JC- Well, my latest project is a result of what happened after the car accident. I was seeking healing and medical care all over the country, my only hope was prayer and a God who could heal. Through much prayer and the laying on of hands one night, I was miraculously healed. The weeks following, my symptoms, sores, palsy, and seizures, completely disappeared. Unexplainable by Doctors, I was told I had a new lease on life and I would ‘treasure’ this second chance for the rest of my life. Now with a new outlook on such simple things like being able to play a piano, or walk without pain, my music took on a whole new realm of excitement and gratitude.

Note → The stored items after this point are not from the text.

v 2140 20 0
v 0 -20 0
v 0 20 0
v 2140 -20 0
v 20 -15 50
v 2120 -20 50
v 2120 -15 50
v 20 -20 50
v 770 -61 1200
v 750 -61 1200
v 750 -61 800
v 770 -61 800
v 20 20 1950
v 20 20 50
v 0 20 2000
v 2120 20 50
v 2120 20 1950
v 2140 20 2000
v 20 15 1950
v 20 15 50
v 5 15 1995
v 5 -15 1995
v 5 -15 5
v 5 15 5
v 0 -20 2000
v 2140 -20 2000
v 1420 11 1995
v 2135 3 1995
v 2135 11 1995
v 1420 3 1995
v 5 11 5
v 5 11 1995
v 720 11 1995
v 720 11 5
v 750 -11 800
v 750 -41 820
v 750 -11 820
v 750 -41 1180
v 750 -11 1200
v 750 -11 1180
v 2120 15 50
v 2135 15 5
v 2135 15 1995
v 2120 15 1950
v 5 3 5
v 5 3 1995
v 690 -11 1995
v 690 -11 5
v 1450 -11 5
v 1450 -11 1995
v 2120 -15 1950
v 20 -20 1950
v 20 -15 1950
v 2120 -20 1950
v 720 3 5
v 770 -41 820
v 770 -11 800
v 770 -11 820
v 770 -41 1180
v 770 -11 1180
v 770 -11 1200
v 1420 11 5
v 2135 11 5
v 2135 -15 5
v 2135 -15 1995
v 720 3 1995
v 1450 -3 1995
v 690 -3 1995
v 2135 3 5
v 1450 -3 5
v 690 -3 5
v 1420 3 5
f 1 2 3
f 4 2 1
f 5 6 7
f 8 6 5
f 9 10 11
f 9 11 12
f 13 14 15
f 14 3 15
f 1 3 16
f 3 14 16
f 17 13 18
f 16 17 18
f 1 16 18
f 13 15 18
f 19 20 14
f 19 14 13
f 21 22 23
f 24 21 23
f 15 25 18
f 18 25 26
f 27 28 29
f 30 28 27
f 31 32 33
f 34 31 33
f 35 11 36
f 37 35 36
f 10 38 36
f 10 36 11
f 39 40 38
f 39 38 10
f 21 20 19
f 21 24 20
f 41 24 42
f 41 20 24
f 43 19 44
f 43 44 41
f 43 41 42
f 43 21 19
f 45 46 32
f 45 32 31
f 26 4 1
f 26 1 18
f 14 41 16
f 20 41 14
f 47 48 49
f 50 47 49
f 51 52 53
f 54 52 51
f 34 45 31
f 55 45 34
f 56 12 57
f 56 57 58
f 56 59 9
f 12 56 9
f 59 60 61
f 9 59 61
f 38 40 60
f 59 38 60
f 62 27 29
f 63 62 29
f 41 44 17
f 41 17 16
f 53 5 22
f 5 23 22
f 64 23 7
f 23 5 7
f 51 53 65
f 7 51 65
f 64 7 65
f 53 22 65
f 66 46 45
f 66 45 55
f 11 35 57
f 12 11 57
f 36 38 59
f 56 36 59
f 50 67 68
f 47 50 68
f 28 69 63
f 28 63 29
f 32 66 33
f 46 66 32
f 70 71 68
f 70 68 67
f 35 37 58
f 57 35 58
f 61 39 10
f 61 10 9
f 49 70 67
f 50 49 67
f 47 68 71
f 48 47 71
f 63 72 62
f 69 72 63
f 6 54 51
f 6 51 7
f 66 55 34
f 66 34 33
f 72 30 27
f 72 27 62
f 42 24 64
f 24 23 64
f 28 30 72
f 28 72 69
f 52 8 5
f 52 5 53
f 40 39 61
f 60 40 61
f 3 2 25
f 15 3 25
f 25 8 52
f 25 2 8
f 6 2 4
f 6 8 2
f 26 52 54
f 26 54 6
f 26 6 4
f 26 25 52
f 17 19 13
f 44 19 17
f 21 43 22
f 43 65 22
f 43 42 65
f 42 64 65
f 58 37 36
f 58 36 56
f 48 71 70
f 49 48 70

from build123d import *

# Parameters (mm, degrees)
F0_W          = 2140
F0_H          = 2000
F0_W_2        = 700
F0_H_2        = 45
F0_W_3        = 30
F1_DEPTH      = 20
F1_DEPTH_BACK = 20
F2_DEPTH      = 15
F2_DEPTH_BACK = 15
F3_START      = -3
F0_W_4        = 670
F0_H_3        = 1900
F3_DEPTH      = 8
F4_START      = 3
F4_DEPTH      = 8
F5_W          = 20
F5_H          = 20
F6_DEPTH      = 50
F7_START      = 30
F5_H_2        = 360
F7_DEPTH      = 20


with BuildPart() as f1:
    # F0 (on Front) → F1 (new body, two sides)
    with BuildSketch(Plane.XZ) as f1_sk:
        with Locations((1070, 1000)):
            Rectangle(F0_W, F0_H)
        Polygon((5, 5), (5, 1995), (690, 1995), (720, 1995), (1420, 1995), (1450, 1995), (2135, 1995), (2135, 5), (1450, 5), (1420, 5), (720, 5), (690, 5), align=None, mode=Mode.SUBTRACT)
        Polygon((690, 1995), (5, 1995), (5, 5), (690, 5), (690, 50), (20, 50), (20, 1950), (690, 1950), align=None)
        Polygon((2135, 1995), (1450, 1995), (1450, 1950), (2120, 1950), (2120, 50), (1450, 50), (1450, 5), (2135, 5), align=None)
        with Locations((1070, 1972.5)):
            Rectangle(F0_W_2, F0_H_2)
        with Locations((1070, 27.5)):
            Rectangle(F0_W_2, F0_H_2)
        with Locations((705, 1972.5)):
            Rectangle(F0_W_3, F0_H_2)
        with Locations((1435, 1972.5)):
            Rectangle(F0_W_3, F0_H_2)
        with Locations((705, 27.5)):
            Rectangle(F0_W_3, F0_H_2)
        with Locations((1435, 27.5)):
            Rectangle(F0_W_3, F0_H_2)
    extrude(amount=F1_DEPTH)
    extrude(f1_sk.sketch, amount=-F1_DEPTH_BACK)

    # F0 (on Front) → F2 (cut, two sides)
    with BuildSketch(Plane.XZ) as f2_sk:
        Polygon((690, 1995), (5, 1995), (5, 5), (690, 5), (690, 50), (20, 50), (20, 1950), (690, 1950), align=None)
        with Locations((705, 1972.5)):
            Rectangle(F0_W_3, F0_H_2)
        with Locations((1070, 1972.5)):
            Rectangle(F0_W_2, F0_H_2)
        with Locations((1435, 1972.5)):
            Rectangle(F0_W_3, F0_H_2)
        Polygon((2135, 1995), (1450, 1995), (1450, 1950), (2120, 1950), (2120, 50), (1450, 50), (1450, 5), (2135, 5), align=None)
        with Locations((705, 27.5)):
            Rectangle(F0_W_3, F0_H_2)
        with Locations((1070, 27.5)):
            Rectangle(F0_W_2, F0_H_2)
        with Locations((1435, 27.5)):
            Rectangle(F0_W_3, F0_H_2)
    extrude(amount=F2_DEPTH, mode=Mode.SUBTRACT)
    extrude(f2_sk.sketch, amount=-F2_DEPTH_BACK, mode=Mode.SUBTRACT)


with BuildPart() as f3:
    # F0 (on Front) → F3 (new body)
    with BuildSketch(Plane.XZ.offset(F3_START)):
        with Locations((355, 1000)):
            Rectangle(F0_W_4, F0_H_3)
        Polygon((690, 1995), (5, 1995), (5, 5), (690, 5), (690, 50), (20, 50), (20, 1950), (690, 1950), align=None)
        with Locations((705, 1972.5)):
            Rectangle(F0_W_3, F0_H_2)
        with Locations((705, 1000)):
            Rectangle(F0_W_3, F0_H_3)
        with Locations((705, 27.5)):
            Rectangle(F0_W_3, F0_H_2)
    extrude(amount=-F3_DEPTH)


with BuildPart() as f3b:
    # F0 (on Front) → F3, piece 2 (new body)
    with BuildSketch(Plane.XZ.offset(F3_START)):
        with Locations((1785, 1000)):
            Rectangle(F0_W_4, F0_H_3)
        Polygon((2135, 1995), (1450, 1995), (1450, 1950), (2120, 1950), (2120, 50), (1450, 50), (1450, 5), (2135, 5), align=None)
        with Locations((1435, 1972.5)):
            Rectangle(F0_W_3, F0_H_2)
        with Locations((1435, 1000)):
            Rectangle(F0_W_3, F0_H_3)
        with Locations((1435, 27.5)):
            Rectangle(F0_W_3, F0_H_2)
    extrude(amount=-F3_DEPTH)


with BuildPart() as f4:
    # F0 (on Front) → F4 (new body)
    with BuildSketch(Plane.XZ.offset(F4_START)):
        with Locations((1070, 1972.5)):
            Rectangle(F0_W_2, F0_H_2)
        with Locations((1070, 1000)):
            Rectangle(F0_W_2, F0_H_3)
        with Locations((1435, 1972.5)):
            Rectangle(F0_W_3, F0_H_2)
        with Locations((1435, 1000)):
            Rectangle(F0_W_3, F0_H_3)
        with Locations((705, 1972.5)):
            Rectangle(F0_W_3, F0_H_2)
        with Locations((705, 1000)):
            Rectangle(F0_W_3, F0_H_3)
        with Locations((705, 27.5)):
            Rectangle(F0_W_3, F0_H_2)
        with Locations((1070, 27.5)):
            Rectangle(F0_W_2, F0_H_2)
        with Locations((1435, 27.5)):
            Rectangle(F0_W_3, F0_H_2)
    extrude(amount=F4_DEPTH)


with BuildPart() as f6:
    # F5 (on face) → F6 (new body)
    with BuildSketch(Plane.XZ.offset(11)):
        with Locations((760, 1190)):
            Rectangle(F5_W, F5_H)
    extrude(amount=F6_DEPTH)



with BuildPart() as f6b:
    # F5 (on face) → F6, piece 2 (new body)
    with BuildSketch(Plane.XZ.offset(11)):
        with Locations((760, 810)):
            Rectangle(F5_W, F5_H)
    extrude(amount=F6_DEPTH)


with BuildPart() as f6_1:
    add(f6.part)

    add(f6b.part)  # F7 merges F6b
    # F5 (on face) → F7 (join)
    with BuildSketch(Plane.XZ.offset(11).offset(F7_START)):
        with Locations((760, 1000)):
            Rectangle(F5_W, F5_H_2)
    extrude(amount=F7_DEPTH)


solid = Compound([f1.part, f3.part, f3b.part, f4.part, f6_1.part])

I developed what many describe as a (cry) in my voice, hauntingly resembling Steve Perry of Journey. The Lord spoke to me one night, ‘You finish the songs’, ‘You sing the songs’ and you take the ‘Journey’ sound to the Christian rock arena . Then, I completed my first debut album entitled, ‘Love Again’. These are songs about my life. It’s kind of like a biography set to music. Each song tells a story about a place I’ve been or something I’ve learned along life’s journey. I felt like I had a God inspired idea years ago to bring the sound of Steve Perry and ‘Journey’, into the Christian rock venue. My music is a mixture of my own style, a taste of Elton , Journey and a hint of Yanni. I wanted to saturate the recording with rich vocal harmonies, soaring guitar solo’s, and a tasteful, melodic lead vocal. I spent months in the studio, laying all the tracks down, because of my perfectionism. Most of the parts on the album including lead guitars, keyboards, strings, and even some drum parts, I arranged and wrote, with a little help from Ralph Stover, the Co-Producer and Engineer. The CD is also interactive, which is something new to me. This was Robert Rosario’s idea at Artists Interactive. The CD is a musical CD, but also can be placed in your computer to see video’s, interview’s and a photo gallery. My desire is to tour the music all over the world with what some people are calling, ‘a sound within a sound’ or miracle music. I’ve just assembled a new tour band for ‘Love Again’ and in the process of recording a 2nd CD, which many of the band members are helping me write. Your readers can pick up a copy of ‘Love Again’ at

ED- Joseph, we wish you much luck for all your future efforts and want to thank you for letting us interview you. Please keep in contact with us and keep us up to date in all that you do.